Inaugurating several projects including a canal bringing Narmada water to Kutch, Prime Minister Modi said last week that Medha Patkar and her “urban Naxal” friends had opposed and delayed the Narmada project that had greatly benefited Gujarat. In fact, the project was opposed by a very wide range of critics including the World Bank’s Morse Commission which was anything but “urban Naxal.”
However, Medha and her fellow critics have been proven dead wrong. In 1989 I attended a talk by Medha opposing the Sardar Sarovar Dam, the first of many planned on the Narmada. Her Narmada Bachao Andolan, ARCH Vahini and other activists had convinced a tribunal to award land as compensation to the tribal oustees, not just cash compensation that would be frittered away. The tribunal awarded five acres per adult male oustee plus additional cash compensation. Nevertheless, she said, the simple tribals had a unique way of life and would fail to cope with commercial life in resettlement villages. They would get trapped in debt, lose their land, and become paupers in urban slums, with their women becoming prostitutes. This must be stopped.
Medha also pooh-poohed the supposed project benefits claimed by all Gujarat parties. The project aimed to provide millions with irrigation and drinking water, reaching arid and desert areas in Saurashtra, Kutch, and even Rajasthan. But, she said, experience showed that rich farmers near the canal head hogged the water in such projects, so no water would reach needy farmers in distant arid areas like Kutch. The Gujarat government had given up World Bank funding because of onerous conditions, and was funding the project itself through very high-interest loans that would bankrupt the state.
I found Medha’s arguments persuasive, and wrote an article opposing the project. Today it is clear I was wrong. She made a fool of not just me but thousands of concerned humanists who should also be angry at being taken for a ride.

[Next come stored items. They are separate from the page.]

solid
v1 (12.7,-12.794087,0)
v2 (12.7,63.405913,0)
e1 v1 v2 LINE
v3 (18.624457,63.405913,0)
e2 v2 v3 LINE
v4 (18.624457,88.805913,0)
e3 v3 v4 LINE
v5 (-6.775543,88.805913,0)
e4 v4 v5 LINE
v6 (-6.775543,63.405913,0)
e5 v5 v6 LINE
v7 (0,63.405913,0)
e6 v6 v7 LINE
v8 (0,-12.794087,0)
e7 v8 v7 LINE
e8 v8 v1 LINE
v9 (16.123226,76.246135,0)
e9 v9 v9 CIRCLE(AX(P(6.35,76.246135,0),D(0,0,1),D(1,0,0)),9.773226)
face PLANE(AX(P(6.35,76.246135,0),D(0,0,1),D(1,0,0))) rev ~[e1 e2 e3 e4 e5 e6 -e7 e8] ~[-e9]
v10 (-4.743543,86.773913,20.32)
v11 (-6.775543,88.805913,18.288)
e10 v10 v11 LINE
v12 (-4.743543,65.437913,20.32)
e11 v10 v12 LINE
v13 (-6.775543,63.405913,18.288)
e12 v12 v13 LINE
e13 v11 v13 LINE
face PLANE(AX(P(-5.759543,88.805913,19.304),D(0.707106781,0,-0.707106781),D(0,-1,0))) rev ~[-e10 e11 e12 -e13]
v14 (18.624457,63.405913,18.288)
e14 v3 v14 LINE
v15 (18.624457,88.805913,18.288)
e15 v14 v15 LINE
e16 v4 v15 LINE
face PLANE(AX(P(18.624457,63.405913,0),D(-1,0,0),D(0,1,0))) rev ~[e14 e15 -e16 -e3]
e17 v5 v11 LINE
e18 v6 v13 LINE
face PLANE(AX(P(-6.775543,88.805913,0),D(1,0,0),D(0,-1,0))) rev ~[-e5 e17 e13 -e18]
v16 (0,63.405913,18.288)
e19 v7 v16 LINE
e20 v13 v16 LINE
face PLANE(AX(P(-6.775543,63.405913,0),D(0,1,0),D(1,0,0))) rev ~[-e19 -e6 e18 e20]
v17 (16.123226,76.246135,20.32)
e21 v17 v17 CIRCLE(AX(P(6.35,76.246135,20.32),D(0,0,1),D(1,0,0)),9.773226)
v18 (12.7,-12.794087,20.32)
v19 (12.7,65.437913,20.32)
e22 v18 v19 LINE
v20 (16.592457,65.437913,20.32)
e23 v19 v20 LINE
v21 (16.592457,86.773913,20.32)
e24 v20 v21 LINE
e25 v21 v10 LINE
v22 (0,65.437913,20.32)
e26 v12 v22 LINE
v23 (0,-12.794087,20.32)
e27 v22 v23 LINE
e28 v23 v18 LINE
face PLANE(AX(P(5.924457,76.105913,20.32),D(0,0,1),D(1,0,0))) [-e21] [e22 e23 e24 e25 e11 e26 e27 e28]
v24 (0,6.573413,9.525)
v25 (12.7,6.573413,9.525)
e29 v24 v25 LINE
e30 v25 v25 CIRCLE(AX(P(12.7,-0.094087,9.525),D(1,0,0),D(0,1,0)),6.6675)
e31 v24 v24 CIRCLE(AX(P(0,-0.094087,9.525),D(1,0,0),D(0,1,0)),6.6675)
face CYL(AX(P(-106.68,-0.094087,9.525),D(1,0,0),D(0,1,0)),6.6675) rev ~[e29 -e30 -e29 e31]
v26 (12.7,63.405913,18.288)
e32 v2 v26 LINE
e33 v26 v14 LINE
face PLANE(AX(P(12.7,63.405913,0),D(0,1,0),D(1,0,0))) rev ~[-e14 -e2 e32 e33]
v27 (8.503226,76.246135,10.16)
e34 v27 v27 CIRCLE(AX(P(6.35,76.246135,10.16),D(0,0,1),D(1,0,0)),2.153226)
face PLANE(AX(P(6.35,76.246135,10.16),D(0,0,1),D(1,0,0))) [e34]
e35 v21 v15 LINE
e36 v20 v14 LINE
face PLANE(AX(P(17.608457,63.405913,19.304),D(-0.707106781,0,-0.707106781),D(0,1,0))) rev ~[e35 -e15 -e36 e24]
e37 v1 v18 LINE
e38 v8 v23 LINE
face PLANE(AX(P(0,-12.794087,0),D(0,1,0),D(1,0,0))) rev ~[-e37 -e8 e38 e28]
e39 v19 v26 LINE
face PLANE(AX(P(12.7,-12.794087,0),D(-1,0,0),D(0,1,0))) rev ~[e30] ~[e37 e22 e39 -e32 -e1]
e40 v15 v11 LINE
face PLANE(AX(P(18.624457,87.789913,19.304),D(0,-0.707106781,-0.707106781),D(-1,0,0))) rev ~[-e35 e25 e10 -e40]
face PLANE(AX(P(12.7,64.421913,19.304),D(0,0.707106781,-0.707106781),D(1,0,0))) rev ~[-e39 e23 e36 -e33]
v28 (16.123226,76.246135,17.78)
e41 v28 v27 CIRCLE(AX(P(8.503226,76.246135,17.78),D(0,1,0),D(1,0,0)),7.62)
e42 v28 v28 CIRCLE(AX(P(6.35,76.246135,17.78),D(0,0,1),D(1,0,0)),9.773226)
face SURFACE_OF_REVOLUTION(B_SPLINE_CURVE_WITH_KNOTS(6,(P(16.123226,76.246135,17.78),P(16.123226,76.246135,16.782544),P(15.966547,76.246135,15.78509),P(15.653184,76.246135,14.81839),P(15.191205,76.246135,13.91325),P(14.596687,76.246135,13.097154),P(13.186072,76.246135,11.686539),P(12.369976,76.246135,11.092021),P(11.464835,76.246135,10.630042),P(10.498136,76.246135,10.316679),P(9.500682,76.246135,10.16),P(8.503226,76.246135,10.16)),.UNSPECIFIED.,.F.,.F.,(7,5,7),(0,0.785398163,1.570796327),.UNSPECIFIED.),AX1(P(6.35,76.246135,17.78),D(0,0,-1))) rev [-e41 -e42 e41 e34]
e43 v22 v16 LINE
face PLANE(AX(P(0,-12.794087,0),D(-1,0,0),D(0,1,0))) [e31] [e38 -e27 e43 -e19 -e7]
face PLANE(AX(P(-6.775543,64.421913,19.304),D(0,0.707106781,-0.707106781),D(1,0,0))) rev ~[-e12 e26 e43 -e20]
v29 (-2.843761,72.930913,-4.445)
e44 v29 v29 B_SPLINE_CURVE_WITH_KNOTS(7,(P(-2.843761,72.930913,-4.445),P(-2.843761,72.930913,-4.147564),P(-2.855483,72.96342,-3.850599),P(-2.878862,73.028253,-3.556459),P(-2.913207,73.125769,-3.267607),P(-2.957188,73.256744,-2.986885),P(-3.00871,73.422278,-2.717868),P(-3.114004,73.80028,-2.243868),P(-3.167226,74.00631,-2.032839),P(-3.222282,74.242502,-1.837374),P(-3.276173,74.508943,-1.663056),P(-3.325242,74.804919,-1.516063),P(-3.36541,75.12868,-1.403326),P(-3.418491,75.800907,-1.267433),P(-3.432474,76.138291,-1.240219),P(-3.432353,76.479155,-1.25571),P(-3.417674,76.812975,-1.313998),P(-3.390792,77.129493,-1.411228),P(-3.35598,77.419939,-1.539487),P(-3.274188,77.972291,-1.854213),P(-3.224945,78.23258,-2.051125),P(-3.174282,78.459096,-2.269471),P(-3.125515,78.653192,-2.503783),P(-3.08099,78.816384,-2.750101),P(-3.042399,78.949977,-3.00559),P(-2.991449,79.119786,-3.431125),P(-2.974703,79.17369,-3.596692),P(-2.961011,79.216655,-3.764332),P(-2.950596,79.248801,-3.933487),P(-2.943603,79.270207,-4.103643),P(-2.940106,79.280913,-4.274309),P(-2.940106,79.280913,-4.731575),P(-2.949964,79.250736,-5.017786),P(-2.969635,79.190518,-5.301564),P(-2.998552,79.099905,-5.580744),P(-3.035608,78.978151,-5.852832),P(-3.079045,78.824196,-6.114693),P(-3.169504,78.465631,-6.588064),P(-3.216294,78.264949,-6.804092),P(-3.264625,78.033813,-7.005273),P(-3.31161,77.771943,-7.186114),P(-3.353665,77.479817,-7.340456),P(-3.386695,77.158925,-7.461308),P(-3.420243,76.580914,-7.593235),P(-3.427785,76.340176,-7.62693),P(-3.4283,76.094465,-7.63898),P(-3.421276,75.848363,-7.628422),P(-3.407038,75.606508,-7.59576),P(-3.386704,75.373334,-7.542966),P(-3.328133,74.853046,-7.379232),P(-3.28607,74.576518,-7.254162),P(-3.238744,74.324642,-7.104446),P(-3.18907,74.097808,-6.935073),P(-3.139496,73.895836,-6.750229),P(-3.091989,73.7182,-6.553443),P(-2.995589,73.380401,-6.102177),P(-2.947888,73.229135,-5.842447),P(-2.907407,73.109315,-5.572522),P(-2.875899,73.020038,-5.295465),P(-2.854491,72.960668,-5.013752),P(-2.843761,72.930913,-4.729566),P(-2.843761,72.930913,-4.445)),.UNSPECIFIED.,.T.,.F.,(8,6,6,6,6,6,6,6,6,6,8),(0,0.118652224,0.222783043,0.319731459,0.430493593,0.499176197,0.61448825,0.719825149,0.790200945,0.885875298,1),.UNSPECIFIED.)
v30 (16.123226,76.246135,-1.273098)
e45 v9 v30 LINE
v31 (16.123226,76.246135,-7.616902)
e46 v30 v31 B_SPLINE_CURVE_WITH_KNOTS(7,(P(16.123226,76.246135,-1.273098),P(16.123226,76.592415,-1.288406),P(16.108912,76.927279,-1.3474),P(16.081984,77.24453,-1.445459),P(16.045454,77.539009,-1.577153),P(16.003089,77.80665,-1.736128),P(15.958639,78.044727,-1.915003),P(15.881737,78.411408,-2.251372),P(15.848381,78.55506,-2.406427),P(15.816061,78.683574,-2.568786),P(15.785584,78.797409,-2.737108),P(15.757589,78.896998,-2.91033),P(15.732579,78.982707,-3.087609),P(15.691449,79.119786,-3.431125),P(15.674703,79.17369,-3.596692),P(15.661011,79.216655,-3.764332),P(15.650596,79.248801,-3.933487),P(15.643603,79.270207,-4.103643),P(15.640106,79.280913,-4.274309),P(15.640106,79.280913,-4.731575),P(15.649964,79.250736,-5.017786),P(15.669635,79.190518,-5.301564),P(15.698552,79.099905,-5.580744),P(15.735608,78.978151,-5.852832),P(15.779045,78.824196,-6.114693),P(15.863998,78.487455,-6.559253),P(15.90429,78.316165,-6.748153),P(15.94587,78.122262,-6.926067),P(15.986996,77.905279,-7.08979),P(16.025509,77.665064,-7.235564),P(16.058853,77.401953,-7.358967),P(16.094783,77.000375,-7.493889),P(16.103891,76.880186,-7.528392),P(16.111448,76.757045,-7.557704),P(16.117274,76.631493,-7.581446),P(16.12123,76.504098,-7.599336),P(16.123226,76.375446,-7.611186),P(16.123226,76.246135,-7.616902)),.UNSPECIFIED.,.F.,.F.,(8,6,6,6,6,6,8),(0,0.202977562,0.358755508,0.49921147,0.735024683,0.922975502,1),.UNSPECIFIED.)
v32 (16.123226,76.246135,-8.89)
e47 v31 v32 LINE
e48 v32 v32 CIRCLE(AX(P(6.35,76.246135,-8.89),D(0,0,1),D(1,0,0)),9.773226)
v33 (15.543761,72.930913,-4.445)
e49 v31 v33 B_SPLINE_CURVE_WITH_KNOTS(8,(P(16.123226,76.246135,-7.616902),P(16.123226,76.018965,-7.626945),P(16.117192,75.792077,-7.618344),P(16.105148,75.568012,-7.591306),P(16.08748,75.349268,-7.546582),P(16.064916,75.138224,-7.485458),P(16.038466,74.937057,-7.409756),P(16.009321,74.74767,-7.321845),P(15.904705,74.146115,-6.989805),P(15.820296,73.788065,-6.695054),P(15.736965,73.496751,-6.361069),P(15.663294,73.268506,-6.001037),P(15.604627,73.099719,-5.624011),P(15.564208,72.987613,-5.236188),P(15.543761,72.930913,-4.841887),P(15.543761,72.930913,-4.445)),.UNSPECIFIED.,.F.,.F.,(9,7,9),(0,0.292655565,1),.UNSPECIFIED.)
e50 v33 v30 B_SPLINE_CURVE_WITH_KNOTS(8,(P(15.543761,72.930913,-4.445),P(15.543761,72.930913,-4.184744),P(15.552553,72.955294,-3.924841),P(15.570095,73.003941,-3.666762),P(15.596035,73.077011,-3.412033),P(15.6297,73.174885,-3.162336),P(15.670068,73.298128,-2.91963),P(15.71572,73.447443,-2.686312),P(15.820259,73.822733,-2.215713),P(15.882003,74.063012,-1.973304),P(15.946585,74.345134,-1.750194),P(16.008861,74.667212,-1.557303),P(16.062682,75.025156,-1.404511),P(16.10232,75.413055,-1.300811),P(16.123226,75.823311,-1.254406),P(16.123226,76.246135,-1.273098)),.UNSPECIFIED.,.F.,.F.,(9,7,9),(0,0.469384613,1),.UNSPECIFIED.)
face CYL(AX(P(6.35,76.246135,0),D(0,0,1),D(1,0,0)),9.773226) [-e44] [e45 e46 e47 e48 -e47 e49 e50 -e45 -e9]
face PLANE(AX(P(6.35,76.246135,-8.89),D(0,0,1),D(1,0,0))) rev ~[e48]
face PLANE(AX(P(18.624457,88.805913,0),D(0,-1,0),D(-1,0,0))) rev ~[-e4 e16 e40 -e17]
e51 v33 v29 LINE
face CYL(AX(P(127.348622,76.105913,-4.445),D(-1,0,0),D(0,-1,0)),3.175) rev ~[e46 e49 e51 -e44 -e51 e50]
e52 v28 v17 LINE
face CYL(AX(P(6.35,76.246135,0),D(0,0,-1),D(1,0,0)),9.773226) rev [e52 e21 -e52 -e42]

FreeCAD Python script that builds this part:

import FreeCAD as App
import Part
import Sketcher

V = App.Vector
Q = App.Units.Quantity


def edges_at(feature, points):
    """Names of the edges that pass closest to the given points."""
    edges = feature.Shape.Edges
    near = lambda p: min(range(len(edges)), key=lambda i: edges[i].distToShape(Part.Vertex(*p))[0])
    return sorted({f"Edge{near(p) + 1}" for p in points})


def add_polygon(sketch, points):
    """Adds a closed chain of lines whose ends are joined by coincident constraints."""
    first, n = sketch.GeometryCount, len(points)
    for a, b in zip(points, points[1:] + points[:1]):
        sketch.addGeometry(Part.LineSegment(App.Vector(*a, 0), App.Vector(*b, 0)), False)
    for i in range(n):
        sketch.addConstraint(Sketcher.Constraint("Coincident", first + i, 2, first + (i + 1) % n, 1))

doc = App.newDocument("Part")
params = doc.addObject("Spreadsheet::Sheet", "Params")
for row, (alias, value) in enumerate([
    ("sketch1_width", "1 in"),
    ("sketch1_height", "3 in"),
    ("sketch1_width2", "0.5 in"),
    ("pad1_length", "0.8 in"),
    ("pad2_length", "0.4 in"),
    ("fillet_radius", "0.3 in"),
    ("sketch3_diameter", "0.525 in"),
    ("hole_diameter", "0.525 in"),
    ("chamfer_size", "0.08 in"),
    ("pad3_length", "0.35 in"),
    ("sketch5_diameter", "0.25 in"),
    ("hole2_diameter", "0.25 in"),
], start=1):
    params.set(f"A{row}", alias)
    params.set(f"B{row}", "=" + value)
    params.setAlias(f"B{row}", alias)

body = doc.addObject("PartDesign::Body", "Body")

# Sketch on XY plane
sketch1 = body.newObject("Sketcher::SketchObject", "Sketch")
sketch1.AttachmentSupport = (doc.getObject("XY_Plane"), [""])
sketch1.MapMode = "FlatFace"
add_polygon(sketch1, [(-7, 63), (0, 63), (0, -13), (13, -13), (13, 63), (19, 63), (19, 89), (-7, 89)])  # lines 0-7
sketch1.addGeometry(Part.Circle(V(6, 76, 0), V(0, 0, 1), 10), False)  # 8
sketch1.addConstraint([
    Sketcher.Constraint("Horizontal", 0),
    Sketcher.Constraint("Vertical", 1),
    Sketcher.Constraint("Horizontal", 2),
    Sketcher.Constraint("Vertical", 3),
    Sketcher.Constraint("Horizontal", 4),
    Sketcher.Constraint("Vertical", 5),
    Sketcher.Constraint("Horizontal", 6),
    Sketcher.Constraint("Vertical", 7),
    Sketcher.Constraint("PointOnObject", 0, 2, -2),
    Sketcher.Constraint("Horizontal", 0, 2, 3, 2),
    Sketcher.Constraint("Equal", 6, 5),
    Sketcher.Constraint("DistanceX", 6, 2, 6, 1, Q("1 in")),
    Sketcher.Constraint("DistanceY", 1, 2, 1, 1, Q("3 in")),
    Sketcher.Constraint("DistanceX", 2, 1, 2, 2, Q("0.5 in")),
    Sketcher.Constraint("DistanceX", -1, 1, 8, 3, Q("0.25 in")),
    Sketcher.Constraint("Diameter", 8, 19.546452),
    Sketcher.Constraint("DistanceX", 0, 1, 0, 2, 6.775543),
    Sketcher.Constraint("DistanceY", -1, 1, 8, 3, 76.246135),
    Sketcher.Constraint("DistanceY", -1, 1, 0, 2, 63.405913),
])
sketch1.setExpression("Constraints[19]", "Params.sketch1_width")
sketch1.setExpression("Constraints[20]", "Params.sketch1_height")
sketch1.setExpression("Constraints[21]", "Params.sketch1_width2")
pad1 = body.newObject("PartDesign::Pad", "Pad")
pad1.Profile = sketch1
pad1.setExpression("Length", "Params.pad1_length")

Narmada water reached Saurashtra, Kutch and Rajasthan over a decade ago, benefiting millions. Water sold to municipalities and industries at commercial rates has made the project financially viable despite many delays and cost escalations. With land prices going sky-high, farmers refused to give up their land for constructing distributaries. So, the water is now being distributed under pressure through underground pipes. This is costly but means the irrigation is done through sprinklers and drip irrigation, far more efficient than conventional canal irrigation.
I had read of major travails in resettling tribals ousted by the dam. But others said resettlement was a success. To test this, Neeraj Kaushal of Columbia University and I planned a research project, funded by the London School Economics, comparing living conditions of resettled tribals with those of their former neighbours still in the forest. In some villages tribals at lower elevations were resettled while those at higher elevations stayed in the forest, providing a good comparison.
The results were an eye-opener. Resettled tribals were far better off in ownership of land, dwellings, tractors, borewells, TVs, motorcycles, cellphones, and other parameters. They had better access to schools, hospitals, drinking water, electricity, and government offices.
They said their tribal culture and traditions were intact despite resettlement. Even so, 54% said they would rather be back in the forest: material goods are clearly not everything.
We also asked their former neighbors and a second forest group whether, having seen the progress of resettlement, they would like to be “ousted” with the same compensation package. “Yes”, said 52% and 31% of the tribal groups respectively. They want to quit the jungle.
High ownership of motorcycles (31%), and cellphones (59%) in one forest group showed it was outrageous for Medha and other supposed intellectuals to claim that tribals would be devastated by contact with mainstream life and, hence, should be “protected” in the jungle. On the contrary, tribals need to be supported with property rights (land title and legal access to forest produce including bamboo). In research papers for the Cato Institute and Economic and Political Weekly we have given full survey results plus an account of how 31 tribal villages in Narmada district supplied Rs 32 crore of bamboo over four years to a paper mill. Tribals should become plantation owners, not a protected jungle species.
Land prices in the resettlement areas were up to Rs 30 lakh per acre by 2019. Many tribals with five acres are now crorepatis, not paupers as predicted by Medha and other intellectuals. Will they please apologise?